2. It will be more rewarding than ever before too.
I work harder than ever before, but because the work is mine, I want to. I love my clients, and I love the feeling of satisfaction finishing up that job that I’ve been striving toward for ages. I do a bigger range of work now, and I find that extremely rewarding. Instead of an employee, I am a partner – helping people achieve their business goals. That is an incredible responsibility, but it also comes with a lot of satisfaction.
3. There will be quiet times. This is ok.
I am still working on this one. There are times when all your projects are out for review, and the work is…well, done. You sit down, and you stare at your inbox, and you wonder what the next email will be. It is scary – but it is ok. I consider these days “forced days off” – days to recharge my batteries and work on the projects that keep my business running, like updating my website, writing blog posts, etc.

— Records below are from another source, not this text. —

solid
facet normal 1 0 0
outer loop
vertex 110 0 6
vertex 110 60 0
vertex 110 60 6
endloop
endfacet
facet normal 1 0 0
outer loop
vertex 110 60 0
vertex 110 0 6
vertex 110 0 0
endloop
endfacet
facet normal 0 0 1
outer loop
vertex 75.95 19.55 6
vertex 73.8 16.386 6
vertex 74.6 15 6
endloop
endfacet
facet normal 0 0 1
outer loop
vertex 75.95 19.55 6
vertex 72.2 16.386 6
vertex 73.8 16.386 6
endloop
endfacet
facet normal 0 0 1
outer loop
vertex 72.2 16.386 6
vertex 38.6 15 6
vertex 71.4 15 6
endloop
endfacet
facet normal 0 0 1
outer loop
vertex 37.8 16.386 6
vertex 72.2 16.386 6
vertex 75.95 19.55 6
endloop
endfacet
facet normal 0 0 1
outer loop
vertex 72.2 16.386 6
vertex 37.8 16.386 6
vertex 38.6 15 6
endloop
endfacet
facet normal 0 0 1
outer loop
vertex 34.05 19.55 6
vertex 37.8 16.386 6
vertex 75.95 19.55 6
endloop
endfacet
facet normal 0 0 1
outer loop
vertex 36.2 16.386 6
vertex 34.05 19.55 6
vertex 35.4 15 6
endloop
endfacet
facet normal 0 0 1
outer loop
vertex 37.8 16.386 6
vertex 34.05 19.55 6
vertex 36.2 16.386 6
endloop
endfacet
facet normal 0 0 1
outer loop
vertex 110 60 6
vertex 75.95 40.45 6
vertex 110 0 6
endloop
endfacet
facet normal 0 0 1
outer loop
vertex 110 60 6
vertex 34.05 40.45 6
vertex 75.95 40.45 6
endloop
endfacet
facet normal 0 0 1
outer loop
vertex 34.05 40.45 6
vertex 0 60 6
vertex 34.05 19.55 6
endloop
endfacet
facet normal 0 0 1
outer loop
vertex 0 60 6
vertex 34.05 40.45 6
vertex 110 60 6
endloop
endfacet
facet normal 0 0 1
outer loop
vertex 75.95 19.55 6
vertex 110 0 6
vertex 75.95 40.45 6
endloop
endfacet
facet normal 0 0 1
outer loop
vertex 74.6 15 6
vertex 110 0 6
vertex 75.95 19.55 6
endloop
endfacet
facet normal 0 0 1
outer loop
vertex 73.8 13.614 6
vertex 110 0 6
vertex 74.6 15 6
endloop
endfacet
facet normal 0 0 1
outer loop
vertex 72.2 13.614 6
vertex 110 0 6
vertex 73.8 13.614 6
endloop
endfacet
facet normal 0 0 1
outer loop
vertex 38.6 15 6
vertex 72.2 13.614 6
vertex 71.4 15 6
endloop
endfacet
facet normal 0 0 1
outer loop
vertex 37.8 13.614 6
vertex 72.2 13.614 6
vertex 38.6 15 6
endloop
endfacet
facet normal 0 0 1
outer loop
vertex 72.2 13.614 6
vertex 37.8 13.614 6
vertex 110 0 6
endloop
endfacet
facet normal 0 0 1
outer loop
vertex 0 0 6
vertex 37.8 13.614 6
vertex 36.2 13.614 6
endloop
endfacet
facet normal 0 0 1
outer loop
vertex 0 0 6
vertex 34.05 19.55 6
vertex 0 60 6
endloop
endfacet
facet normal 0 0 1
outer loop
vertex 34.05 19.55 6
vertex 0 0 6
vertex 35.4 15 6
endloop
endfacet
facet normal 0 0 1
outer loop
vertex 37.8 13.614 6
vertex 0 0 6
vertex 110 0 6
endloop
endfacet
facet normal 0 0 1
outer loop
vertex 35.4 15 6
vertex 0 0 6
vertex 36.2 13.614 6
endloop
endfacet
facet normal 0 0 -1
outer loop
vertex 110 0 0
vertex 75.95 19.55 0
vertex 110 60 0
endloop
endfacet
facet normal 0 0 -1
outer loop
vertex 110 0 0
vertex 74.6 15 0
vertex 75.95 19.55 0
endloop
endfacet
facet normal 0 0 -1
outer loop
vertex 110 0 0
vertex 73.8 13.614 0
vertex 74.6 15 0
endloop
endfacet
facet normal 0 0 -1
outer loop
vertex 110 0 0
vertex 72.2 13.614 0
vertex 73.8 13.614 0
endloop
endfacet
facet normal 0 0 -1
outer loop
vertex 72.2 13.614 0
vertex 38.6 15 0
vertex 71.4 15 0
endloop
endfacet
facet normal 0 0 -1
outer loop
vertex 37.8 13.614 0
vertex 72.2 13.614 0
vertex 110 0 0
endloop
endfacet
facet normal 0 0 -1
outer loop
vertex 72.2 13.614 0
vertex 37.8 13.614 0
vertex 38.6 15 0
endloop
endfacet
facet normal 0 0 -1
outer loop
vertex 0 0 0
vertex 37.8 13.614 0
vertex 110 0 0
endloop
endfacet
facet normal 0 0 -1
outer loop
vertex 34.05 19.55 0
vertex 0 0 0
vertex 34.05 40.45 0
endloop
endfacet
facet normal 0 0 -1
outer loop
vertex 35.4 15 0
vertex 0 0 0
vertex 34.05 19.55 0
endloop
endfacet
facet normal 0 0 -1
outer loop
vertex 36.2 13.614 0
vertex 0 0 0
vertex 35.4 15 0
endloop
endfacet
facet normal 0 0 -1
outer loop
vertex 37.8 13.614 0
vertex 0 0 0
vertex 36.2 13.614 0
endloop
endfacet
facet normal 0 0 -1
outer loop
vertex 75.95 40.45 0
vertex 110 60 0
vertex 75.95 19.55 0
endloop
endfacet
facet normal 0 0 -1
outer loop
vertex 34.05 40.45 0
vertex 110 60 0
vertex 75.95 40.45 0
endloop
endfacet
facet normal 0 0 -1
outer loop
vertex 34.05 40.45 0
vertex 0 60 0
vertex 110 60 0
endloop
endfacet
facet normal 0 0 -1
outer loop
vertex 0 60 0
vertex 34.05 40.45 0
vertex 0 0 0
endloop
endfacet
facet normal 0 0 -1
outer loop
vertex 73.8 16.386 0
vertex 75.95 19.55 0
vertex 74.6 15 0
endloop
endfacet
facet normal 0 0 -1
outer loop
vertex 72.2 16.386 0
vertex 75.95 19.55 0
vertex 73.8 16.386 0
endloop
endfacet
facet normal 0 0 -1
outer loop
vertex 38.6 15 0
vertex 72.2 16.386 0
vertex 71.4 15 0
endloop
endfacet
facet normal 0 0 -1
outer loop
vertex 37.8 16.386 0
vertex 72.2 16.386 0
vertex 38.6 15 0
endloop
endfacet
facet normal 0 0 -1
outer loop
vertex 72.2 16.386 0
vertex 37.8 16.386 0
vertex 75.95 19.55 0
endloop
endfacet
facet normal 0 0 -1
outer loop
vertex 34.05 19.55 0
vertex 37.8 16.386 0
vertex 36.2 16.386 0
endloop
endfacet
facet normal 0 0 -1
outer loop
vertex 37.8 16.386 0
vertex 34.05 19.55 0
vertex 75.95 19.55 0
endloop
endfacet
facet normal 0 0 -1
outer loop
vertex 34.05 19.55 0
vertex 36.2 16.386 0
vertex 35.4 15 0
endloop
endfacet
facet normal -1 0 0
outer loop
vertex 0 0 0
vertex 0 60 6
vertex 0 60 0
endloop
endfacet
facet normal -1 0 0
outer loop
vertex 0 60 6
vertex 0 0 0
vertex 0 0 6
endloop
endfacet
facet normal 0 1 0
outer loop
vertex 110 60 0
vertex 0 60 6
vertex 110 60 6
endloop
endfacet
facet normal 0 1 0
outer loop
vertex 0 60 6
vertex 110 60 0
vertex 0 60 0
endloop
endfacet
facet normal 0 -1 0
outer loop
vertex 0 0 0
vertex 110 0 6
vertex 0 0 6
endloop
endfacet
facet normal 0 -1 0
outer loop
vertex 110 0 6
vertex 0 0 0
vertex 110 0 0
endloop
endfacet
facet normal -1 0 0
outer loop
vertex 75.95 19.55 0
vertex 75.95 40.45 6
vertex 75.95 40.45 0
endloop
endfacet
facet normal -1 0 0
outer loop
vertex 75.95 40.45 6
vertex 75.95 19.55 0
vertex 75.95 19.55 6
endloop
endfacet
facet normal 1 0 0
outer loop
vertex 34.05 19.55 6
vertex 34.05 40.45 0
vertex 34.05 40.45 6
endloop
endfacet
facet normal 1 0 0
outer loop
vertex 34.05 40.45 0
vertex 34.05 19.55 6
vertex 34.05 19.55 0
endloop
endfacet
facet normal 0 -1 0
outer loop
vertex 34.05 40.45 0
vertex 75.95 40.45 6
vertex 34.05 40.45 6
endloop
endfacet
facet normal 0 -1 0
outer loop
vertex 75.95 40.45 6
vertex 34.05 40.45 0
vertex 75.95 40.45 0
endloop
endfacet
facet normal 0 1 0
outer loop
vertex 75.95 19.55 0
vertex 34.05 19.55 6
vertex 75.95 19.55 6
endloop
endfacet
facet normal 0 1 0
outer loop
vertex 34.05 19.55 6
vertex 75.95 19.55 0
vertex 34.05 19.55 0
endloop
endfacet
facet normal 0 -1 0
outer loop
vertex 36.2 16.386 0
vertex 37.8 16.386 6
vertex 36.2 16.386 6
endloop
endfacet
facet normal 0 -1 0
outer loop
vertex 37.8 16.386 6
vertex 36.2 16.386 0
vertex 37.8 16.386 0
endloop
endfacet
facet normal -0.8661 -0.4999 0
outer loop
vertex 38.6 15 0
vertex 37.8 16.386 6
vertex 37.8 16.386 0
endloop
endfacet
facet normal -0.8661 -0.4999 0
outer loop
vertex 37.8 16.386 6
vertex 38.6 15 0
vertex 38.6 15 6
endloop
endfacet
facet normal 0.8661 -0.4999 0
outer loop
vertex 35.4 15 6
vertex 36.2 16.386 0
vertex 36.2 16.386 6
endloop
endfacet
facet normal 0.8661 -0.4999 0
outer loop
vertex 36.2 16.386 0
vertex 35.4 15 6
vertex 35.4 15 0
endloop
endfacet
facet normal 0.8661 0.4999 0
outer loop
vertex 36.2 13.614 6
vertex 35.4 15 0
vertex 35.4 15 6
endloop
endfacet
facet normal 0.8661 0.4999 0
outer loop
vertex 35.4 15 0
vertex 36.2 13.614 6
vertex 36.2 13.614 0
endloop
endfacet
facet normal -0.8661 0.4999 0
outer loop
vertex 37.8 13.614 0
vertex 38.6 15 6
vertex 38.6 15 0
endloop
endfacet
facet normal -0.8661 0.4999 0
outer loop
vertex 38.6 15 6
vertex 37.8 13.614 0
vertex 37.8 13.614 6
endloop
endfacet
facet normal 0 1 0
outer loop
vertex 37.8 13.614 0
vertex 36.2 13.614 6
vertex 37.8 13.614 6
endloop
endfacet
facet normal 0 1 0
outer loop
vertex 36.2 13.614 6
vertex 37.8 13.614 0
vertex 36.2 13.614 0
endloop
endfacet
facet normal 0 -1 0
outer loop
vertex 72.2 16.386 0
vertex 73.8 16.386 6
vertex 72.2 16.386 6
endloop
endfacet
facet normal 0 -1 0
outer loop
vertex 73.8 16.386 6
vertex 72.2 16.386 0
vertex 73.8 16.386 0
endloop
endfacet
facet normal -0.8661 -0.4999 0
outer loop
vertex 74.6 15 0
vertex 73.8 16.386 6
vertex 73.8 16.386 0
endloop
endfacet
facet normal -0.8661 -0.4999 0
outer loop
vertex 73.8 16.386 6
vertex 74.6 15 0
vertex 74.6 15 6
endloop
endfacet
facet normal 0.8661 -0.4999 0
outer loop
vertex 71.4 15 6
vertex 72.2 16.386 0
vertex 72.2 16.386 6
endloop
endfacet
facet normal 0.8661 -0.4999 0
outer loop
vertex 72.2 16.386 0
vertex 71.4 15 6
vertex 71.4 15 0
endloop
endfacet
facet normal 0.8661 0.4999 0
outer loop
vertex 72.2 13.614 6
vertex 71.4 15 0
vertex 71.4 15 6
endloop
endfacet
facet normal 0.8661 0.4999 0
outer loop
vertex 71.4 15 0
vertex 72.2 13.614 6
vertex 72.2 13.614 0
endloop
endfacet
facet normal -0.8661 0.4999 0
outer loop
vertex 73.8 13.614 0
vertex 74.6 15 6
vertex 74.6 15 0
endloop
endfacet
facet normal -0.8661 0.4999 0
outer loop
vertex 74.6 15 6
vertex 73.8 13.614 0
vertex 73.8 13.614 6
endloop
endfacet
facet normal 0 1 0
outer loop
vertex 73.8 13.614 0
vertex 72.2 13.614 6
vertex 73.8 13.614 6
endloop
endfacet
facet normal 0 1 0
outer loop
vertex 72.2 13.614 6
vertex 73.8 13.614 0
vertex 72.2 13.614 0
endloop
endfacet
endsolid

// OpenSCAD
module gr_base() {
  w=110.0; h=60.0; t=6.0;
  difference() {
    cube([w,h,t], center=false);
    translate([(w-40.7-2*0.6)/2, (h-19.7-2*0.6)/2, -1])
      cube([40.7+2*0.6, 19.7+2*0.6, t+2], center=false);
    translate([37.0, 15.0, -1]) cylinder(h=t+2, d=3.2, center=false);
    translate([73.0, 15.0, -1]) cylinder(h=t+2, d=3.2, center=false);
  }
}
gr_base();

And tomorrow, either I will find work or work will find me.
4. Everyone will say, “It must be so nice. You can turn down work you don’t want.”

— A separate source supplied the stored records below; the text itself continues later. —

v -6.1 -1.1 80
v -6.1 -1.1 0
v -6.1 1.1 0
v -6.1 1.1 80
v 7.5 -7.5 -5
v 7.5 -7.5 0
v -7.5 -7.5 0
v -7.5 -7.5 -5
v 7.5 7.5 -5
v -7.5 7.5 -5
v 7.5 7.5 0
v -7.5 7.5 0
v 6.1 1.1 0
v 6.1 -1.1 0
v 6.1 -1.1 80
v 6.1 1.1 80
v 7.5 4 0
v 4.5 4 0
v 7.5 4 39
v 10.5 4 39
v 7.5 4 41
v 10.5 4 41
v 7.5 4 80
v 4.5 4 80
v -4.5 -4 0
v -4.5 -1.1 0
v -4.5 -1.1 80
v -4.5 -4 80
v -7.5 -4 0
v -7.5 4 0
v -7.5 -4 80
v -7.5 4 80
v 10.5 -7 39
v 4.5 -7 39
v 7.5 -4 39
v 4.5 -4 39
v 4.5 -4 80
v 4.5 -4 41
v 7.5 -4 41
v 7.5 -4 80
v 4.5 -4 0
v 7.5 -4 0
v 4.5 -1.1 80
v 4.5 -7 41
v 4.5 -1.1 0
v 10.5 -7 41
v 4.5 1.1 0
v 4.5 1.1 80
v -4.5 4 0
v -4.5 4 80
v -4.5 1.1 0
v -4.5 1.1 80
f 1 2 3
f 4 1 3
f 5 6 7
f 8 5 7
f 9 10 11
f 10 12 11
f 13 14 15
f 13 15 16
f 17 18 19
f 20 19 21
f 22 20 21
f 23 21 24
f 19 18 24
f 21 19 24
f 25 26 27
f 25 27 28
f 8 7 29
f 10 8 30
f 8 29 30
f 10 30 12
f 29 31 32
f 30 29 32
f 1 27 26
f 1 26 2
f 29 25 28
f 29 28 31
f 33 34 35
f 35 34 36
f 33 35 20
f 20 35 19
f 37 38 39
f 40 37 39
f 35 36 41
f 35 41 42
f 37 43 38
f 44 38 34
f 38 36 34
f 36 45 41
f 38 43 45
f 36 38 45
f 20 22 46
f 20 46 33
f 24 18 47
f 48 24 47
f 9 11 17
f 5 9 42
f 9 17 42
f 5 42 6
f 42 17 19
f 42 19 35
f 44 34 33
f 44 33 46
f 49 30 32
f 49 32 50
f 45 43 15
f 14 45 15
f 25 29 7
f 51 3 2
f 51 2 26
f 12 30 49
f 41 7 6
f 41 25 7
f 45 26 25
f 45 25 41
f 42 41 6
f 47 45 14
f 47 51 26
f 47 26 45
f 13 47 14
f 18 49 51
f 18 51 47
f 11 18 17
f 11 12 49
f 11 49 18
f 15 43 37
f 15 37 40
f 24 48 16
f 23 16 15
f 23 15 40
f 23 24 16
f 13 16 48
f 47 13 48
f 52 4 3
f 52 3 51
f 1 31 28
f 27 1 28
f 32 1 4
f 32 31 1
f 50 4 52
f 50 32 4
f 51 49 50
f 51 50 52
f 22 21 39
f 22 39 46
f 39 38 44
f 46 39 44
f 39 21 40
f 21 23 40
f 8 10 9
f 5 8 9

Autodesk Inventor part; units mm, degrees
ref_plane "YZ Plane" through (0, 0, 0) normal (1, 0, 0) x (0, 1, 0)
ref_plane "XZ Plane" through (0, 0, 0) normal (0, 1, 0) x (-1, 0, 0)
ref_plane "XY Plane" through (0, 0, 0) normal (0, 0, 1) x (1, 0, 0)
sketch "Sketch1" plane through (0, 0, 0) normal (0, 0, 1) x (1, 0, 0)
  line L0 (-7.5, 7.5) -> (7.5, 7.5)
  line L1 (7.5, 7.5) -> (7.5, -7.5)
  line L2 (7.5, -7.5) -> (-7.5, -7.5)
  line L3 (-7.5, -7.5) -> (-7.5, 7.5)
  line L4 (-7.5, 7.5) -> (7.5, -7.5) construction
  line L5 (7.5, 7.5) -> (-7.5, -7.5) construction
  line L6 (0, 4.0776) -> (0, -3.6051) construction
  line L7 (-7.5, 4) -> (-4.5, 4)
  line L8 (-4.5, -4) -> (-7.5, -4)
  line L9 (-7.5, -4) -> (-7.5, 4)
  line L10 (-7.5, 4) -> (-4.5, -4) construction
  line L11 (-4.5, 4) -> (-7.5, -4) construction
  line L12 (-6.1, 1.1) -> (-4.5, 1.1)
  line L13 (-2.9, 1.1) -> (-2.9, -1.1)
  line L14 (-4.5, -1.1) -> (-6.1, -1.1)
  line L15 (-6.1, -1.1) -> (-6.1, 1.1)
  line L16 (-6.1, 1.1) -> (-2.9, -1.1) construction
  line L17 (-2.9, 1.1) -> (-6.1, -1.1) construction
  line L18 (7.5, 7.5) -> (-7.5, -7.5) construction
  line L19 (-7.5, 7.5) -> (7.5, -7.5) construction
  line L20 (7.5, 4) -> (4.5, 4)
  line L21 (4.5, -4) -> (7.5, -4)
  line L22 (7.5, 4) -> (4.5, -4) construction
  line L23 (4.5, 4) -> (7.5, -4) construction
  line L24 (6.1, 1.1) -> (4.5, 1.1)
  line L25 (4.5, -1.1) -> (6.1, -1.1)
  line L26 (6.1, -1.1) -> (6.1, 1.1)
  line L27 (6.1, 1.1) -> (2.9, -1.1) construction
  line L28 (2.9, 1.1) -> (6.1, -1.1) construction
  line L29 (4.5, 4) -> (4.5, 1.1)
  line L30 (4.5, -1.1) -> (4.5, -4)
  line L31 (-4.5, 4) -> (-4.5, 1.1)
  line L32 (-4.5, -1.1) -> (-4.5, -4)
  point P0 (0, 0)
  point P1 (-6, 0)
  point P2 (-4.5, 0)
  point P3 (6, 0)
  point P4 (4.5, 0)
  dimension "d0" = 15
  dimension "d1" = 15
  dimension "d2" = 3
  dimension "d3" = 8
  dimension "d6" = 3.2
  dimension "d7" = 2.2
extrude "Extrusion1" add sketch "Sketch1" against normal blind 5
extrude "Extrusion2" add sketch "Sketch1" along normal blind 80 contours L7 L31 L12 L15 L14 L32 L8 L3 | L1 L21 L30 L25 L26 L24 L29 L20
sketch "Sketch2" plane through (4.5, -4, 0) normal (0, -1, 0) x (1, 0, 0)
  line L0 (3, 0) -> (3, 80) projected
  line L1 (-3, 41) -> (3, 41)
  line L2 (3, 41) -> (3, 39)
  line L3 (3, 39) -> (-3, 39)
  line L4 (-3, 39) -> (-3, 41)
  line L5 (0, 0) -> (0, 80) projected
  line L6 (-3, 41) -> (3, 39) construction
  line L7 (3, 41) -> (-3, 39) construction
  line L8 (0, 41) -> (0, 39)
  point P0 (-4.5, 0)
  point P1 (0, 40)
  point P2 (3, 41)
  dimension "d12" = 2
extrude "Extrusion3" add sketch "Sketch2" along normal blind 3 contours L3 L5 L1 L0
sketch "Sketch3" plane through (7.5, -7.5, -5) normal (1, 0, 0) x (0, 0, -1)
  line L0 (-44, 0.5) -> (-46, 0.5) projected
  line L1 (-5, 11.5) -> (-85, 11.5) projected
  line L2 (-46, 0.5) -> (-44, 0.5)
  line L3 (-44, 0.5) -> (-44, 11.5)
  line L4 (-44, 11.5) -> (-46, 11.5)
  line L5 (-46, 11.5) -> (-46, 0.5)
  point P0 (-5, 7.5)
  dimension "d15" = 2
extrude "Extrusion4" add sketch "Sketch3" along normal blind 3
properties part number "Bracket Lifter_3DPrint"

One of the first things I hear when I tell people I freelance is – “I wish I had the courage to do that.” The next is “It must be so nice to turn down the projects you don’t want.” While this is nice in theory, it isn’t the reality, at least not for someone building their business. I want to get my name out there – I am hungry for projects. And while I won’t devalue my work or take less money than I deserve, I will rarely turn down a project because I “don’t want it.”
5. You are not alone.
Sometimes, freelancing is isolating. Not everyone understands how it works. People will think you are between jobs. People will think you are taking this monumental risk. Maybe you are. But there are many, many other people out there like you, who are waking up every day and setting their own schedules, and they are hungry to connect. Freelance DC has been a huge resource for me this year. I’ve found clients, and I’ve found friends. Find your group – they are looking for you too.